Questions fréquentes
NIS2 s'applique-t-elle à ma PME ?
Cela dépend de deux critères : votre secteur et votre taille. NIS2 vise des secteurs comme la santé, l'énergie, les transports, l'eau, la banque, les services numériques ou certains services informatiques. Si vous travaillez dans l'un d'eux et atteignez les seuils de taille, votre PME peut être concernée directement. Elle peut aussi l'être indirectement, quand un client soumis à NIS2 vous demande des garanties de sécurité.
Quels sont les seuils de taille de NIS2 ?
Une entité importante emploie au moins 50 personnes, ou dépasse 10 millions d'euros de chiffre d'affaires et de bilan annuel, d'après l'espace NIS2 de MesServicesCyber. En dessous, les micro et petites entreprises généralement hors périmètre, sauf exceptions liées à certaines activités. Le calcul se fait sur l'ensemble de l'entreprise, pas seulement sur l'activité concernée par la directive.

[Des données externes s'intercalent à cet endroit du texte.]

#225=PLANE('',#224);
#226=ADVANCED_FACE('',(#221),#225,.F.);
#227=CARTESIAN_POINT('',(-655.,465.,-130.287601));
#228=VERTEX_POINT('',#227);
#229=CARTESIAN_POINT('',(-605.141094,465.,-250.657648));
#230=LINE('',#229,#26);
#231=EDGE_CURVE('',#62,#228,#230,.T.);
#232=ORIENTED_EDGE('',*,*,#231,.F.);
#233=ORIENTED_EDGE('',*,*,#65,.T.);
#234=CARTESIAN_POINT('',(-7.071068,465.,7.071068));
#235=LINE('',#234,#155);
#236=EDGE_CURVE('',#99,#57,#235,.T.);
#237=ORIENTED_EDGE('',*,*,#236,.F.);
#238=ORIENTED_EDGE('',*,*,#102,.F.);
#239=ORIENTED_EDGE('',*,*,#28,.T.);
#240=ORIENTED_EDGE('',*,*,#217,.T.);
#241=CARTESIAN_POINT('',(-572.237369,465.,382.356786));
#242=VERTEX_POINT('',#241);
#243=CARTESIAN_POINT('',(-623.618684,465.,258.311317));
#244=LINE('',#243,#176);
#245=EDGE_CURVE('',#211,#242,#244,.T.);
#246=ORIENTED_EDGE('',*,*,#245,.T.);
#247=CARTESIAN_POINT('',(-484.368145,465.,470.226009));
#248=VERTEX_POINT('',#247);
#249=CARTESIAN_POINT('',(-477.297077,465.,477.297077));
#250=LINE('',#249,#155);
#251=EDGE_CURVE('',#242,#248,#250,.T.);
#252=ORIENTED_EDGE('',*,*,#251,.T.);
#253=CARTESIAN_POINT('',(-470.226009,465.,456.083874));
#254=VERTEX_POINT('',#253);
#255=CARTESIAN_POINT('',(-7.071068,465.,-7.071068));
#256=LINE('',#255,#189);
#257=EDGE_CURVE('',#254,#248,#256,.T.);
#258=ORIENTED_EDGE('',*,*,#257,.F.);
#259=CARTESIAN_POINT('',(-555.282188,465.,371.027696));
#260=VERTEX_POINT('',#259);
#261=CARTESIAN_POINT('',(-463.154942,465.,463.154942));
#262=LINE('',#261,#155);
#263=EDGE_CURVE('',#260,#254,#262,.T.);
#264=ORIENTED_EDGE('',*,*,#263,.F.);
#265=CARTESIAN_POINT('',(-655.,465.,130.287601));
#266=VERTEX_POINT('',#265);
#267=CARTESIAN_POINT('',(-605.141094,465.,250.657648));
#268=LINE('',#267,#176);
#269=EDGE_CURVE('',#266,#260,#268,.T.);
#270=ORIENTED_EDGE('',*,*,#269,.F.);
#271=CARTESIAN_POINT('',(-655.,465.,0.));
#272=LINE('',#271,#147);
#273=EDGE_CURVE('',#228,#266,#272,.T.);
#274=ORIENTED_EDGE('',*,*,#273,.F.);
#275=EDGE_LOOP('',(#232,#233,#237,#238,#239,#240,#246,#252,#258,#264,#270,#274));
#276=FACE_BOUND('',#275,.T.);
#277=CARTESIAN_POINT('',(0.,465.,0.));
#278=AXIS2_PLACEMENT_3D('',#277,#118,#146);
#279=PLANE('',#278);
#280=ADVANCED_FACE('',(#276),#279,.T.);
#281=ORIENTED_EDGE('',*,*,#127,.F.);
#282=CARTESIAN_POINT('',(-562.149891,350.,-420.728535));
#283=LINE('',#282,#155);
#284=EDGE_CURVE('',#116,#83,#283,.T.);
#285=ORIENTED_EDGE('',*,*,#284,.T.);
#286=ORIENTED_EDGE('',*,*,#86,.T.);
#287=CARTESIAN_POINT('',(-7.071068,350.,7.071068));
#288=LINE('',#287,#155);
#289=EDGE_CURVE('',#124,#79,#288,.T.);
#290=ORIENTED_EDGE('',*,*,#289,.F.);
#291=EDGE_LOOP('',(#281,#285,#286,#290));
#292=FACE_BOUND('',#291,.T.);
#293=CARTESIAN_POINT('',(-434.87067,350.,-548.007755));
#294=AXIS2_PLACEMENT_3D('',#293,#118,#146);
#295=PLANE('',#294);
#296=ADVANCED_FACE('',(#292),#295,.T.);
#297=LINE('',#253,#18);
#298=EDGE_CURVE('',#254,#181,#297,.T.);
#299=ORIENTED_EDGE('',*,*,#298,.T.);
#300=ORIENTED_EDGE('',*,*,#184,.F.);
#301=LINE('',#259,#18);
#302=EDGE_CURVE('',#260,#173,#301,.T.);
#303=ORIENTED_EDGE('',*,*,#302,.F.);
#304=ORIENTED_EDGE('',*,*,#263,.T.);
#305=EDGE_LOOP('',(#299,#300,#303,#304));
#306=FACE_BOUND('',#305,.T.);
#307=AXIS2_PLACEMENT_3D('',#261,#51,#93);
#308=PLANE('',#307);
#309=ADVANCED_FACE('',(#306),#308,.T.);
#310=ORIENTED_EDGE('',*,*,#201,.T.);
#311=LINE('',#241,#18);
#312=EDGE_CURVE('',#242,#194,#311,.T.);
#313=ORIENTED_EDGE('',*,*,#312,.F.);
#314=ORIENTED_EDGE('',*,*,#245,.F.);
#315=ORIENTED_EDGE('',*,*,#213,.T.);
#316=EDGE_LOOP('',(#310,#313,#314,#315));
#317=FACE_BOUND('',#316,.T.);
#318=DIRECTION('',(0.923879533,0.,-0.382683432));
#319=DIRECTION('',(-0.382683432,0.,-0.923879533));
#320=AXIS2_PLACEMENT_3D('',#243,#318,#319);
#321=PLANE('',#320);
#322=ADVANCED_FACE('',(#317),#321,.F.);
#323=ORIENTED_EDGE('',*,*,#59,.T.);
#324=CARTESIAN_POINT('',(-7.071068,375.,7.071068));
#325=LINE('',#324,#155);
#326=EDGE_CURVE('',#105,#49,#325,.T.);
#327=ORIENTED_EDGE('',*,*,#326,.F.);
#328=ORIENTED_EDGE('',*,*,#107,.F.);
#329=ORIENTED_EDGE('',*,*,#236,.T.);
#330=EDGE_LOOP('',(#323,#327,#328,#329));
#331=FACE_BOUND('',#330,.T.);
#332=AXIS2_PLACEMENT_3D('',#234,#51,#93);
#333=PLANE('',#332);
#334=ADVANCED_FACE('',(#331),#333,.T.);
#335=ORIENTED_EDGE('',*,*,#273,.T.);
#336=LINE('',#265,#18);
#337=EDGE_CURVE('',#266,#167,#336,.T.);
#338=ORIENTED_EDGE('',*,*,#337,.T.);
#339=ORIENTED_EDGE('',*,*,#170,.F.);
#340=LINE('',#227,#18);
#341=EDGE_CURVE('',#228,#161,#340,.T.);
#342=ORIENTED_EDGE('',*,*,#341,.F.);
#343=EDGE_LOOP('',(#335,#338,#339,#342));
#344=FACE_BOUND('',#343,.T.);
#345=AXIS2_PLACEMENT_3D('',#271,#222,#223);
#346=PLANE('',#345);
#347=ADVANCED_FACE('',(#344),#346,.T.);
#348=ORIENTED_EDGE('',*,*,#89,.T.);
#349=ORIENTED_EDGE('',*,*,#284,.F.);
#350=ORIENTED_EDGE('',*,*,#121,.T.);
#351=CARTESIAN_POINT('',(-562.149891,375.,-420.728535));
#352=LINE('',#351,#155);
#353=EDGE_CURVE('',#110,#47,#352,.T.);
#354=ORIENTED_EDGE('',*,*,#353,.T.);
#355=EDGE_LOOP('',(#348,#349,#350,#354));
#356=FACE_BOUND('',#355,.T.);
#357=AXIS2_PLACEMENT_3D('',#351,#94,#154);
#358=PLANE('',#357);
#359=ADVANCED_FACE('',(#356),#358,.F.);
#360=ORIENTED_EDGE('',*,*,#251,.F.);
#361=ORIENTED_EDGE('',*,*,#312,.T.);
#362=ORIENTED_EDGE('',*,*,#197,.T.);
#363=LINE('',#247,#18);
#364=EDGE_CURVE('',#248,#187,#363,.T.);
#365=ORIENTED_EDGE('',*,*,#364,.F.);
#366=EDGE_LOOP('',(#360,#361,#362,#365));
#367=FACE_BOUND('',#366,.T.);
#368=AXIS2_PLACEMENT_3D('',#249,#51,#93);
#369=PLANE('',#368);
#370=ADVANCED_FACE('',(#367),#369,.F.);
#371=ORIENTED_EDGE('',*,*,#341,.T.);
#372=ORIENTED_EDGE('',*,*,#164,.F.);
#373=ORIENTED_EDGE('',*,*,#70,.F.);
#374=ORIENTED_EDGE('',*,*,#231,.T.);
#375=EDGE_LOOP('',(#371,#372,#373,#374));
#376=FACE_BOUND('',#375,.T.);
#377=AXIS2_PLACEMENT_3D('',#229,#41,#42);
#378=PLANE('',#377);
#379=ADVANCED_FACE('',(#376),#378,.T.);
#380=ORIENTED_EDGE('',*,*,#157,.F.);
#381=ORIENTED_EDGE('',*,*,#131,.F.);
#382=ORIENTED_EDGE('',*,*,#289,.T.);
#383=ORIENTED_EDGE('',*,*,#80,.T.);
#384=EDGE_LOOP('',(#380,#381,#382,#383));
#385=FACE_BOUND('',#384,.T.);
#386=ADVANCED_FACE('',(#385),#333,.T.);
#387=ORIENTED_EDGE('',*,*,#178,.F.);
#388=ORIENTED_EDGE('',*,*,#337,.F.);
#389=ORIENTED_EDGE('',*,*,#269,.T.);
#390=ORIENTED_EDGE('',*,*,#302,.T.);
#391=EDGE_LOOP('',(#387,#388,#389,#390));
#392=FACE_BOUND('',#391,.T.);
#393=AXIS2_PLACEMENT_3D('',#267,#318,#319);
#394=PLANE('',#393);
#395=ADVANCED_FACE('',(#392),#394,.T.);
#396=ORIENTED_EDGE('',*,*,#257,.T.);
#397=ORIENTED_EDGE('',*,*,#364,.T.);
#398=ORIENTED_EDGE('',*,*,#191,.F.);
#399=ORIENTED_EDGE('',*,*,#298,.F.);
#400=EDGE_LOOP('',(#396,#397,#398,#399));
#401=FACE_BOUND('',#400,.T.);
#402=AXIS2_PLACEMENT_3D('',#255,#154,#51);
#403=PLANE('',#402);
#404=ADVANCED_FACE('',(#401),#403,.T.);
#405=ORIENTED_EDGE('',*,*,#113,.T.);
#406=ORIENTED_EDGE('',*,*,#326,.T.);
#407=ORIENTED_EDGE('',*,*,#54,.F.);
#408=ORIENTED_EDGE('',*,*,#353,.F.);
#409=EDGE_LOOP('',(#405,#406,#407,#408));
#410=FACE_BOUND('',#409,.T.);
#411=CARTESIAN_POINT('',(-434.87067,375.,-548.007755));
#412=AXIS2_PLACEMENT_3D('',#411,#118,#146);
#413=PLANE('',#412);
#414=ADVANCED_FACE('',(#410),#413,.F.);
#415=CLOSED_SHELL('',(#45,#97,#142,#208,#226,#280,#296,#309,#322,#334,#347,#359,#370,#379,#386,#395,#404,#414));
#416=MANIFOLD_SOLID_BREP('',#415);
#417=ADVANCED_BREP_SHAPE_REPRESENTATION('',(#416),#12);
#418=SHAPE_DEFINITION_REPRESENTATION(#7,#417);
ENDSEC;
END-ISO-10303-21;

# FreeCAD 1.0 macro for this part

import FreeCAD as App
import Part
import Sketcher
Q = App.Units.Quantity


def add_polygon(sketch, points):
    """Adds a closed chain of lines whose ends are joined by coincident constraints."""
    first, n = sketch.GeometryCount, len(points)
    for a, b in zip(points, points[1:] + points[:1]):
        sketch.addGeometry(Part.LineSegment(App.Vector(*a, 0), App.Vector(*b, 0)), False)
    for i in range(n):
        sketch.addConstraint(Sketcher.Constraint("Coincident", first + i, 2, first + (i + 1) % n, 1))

NIS2 est-elle déjà obligatoire en France en 2026 ?
Pas encore complètement. À l'été 2026, la transposition française n'est pas finalisée, au point que la Commission européenne a saisi la Cour de justice de l'Union européenne le 8 juillet 2026 pour ce retard. Vous pouvez toutefois vous appuyer dès maintenant sur le Référentiel Cyber France (ReCyF), publié par l'ANSSI le 17 mars 2026, qui liste les mesures recommandées pour atteindre les objectifs de la directive.
Quels sont les délais pour déclarer un incident ?
La directive prévoit un signalement en trois temps (article 23) : une alerte précoce sous 24 heures, une notification plus complète sous 72 heures, puis un rapport final sous un mois. Ces délais démarrent dès que vous avez connaissance de l'incident, week-ends et jours fériés compris.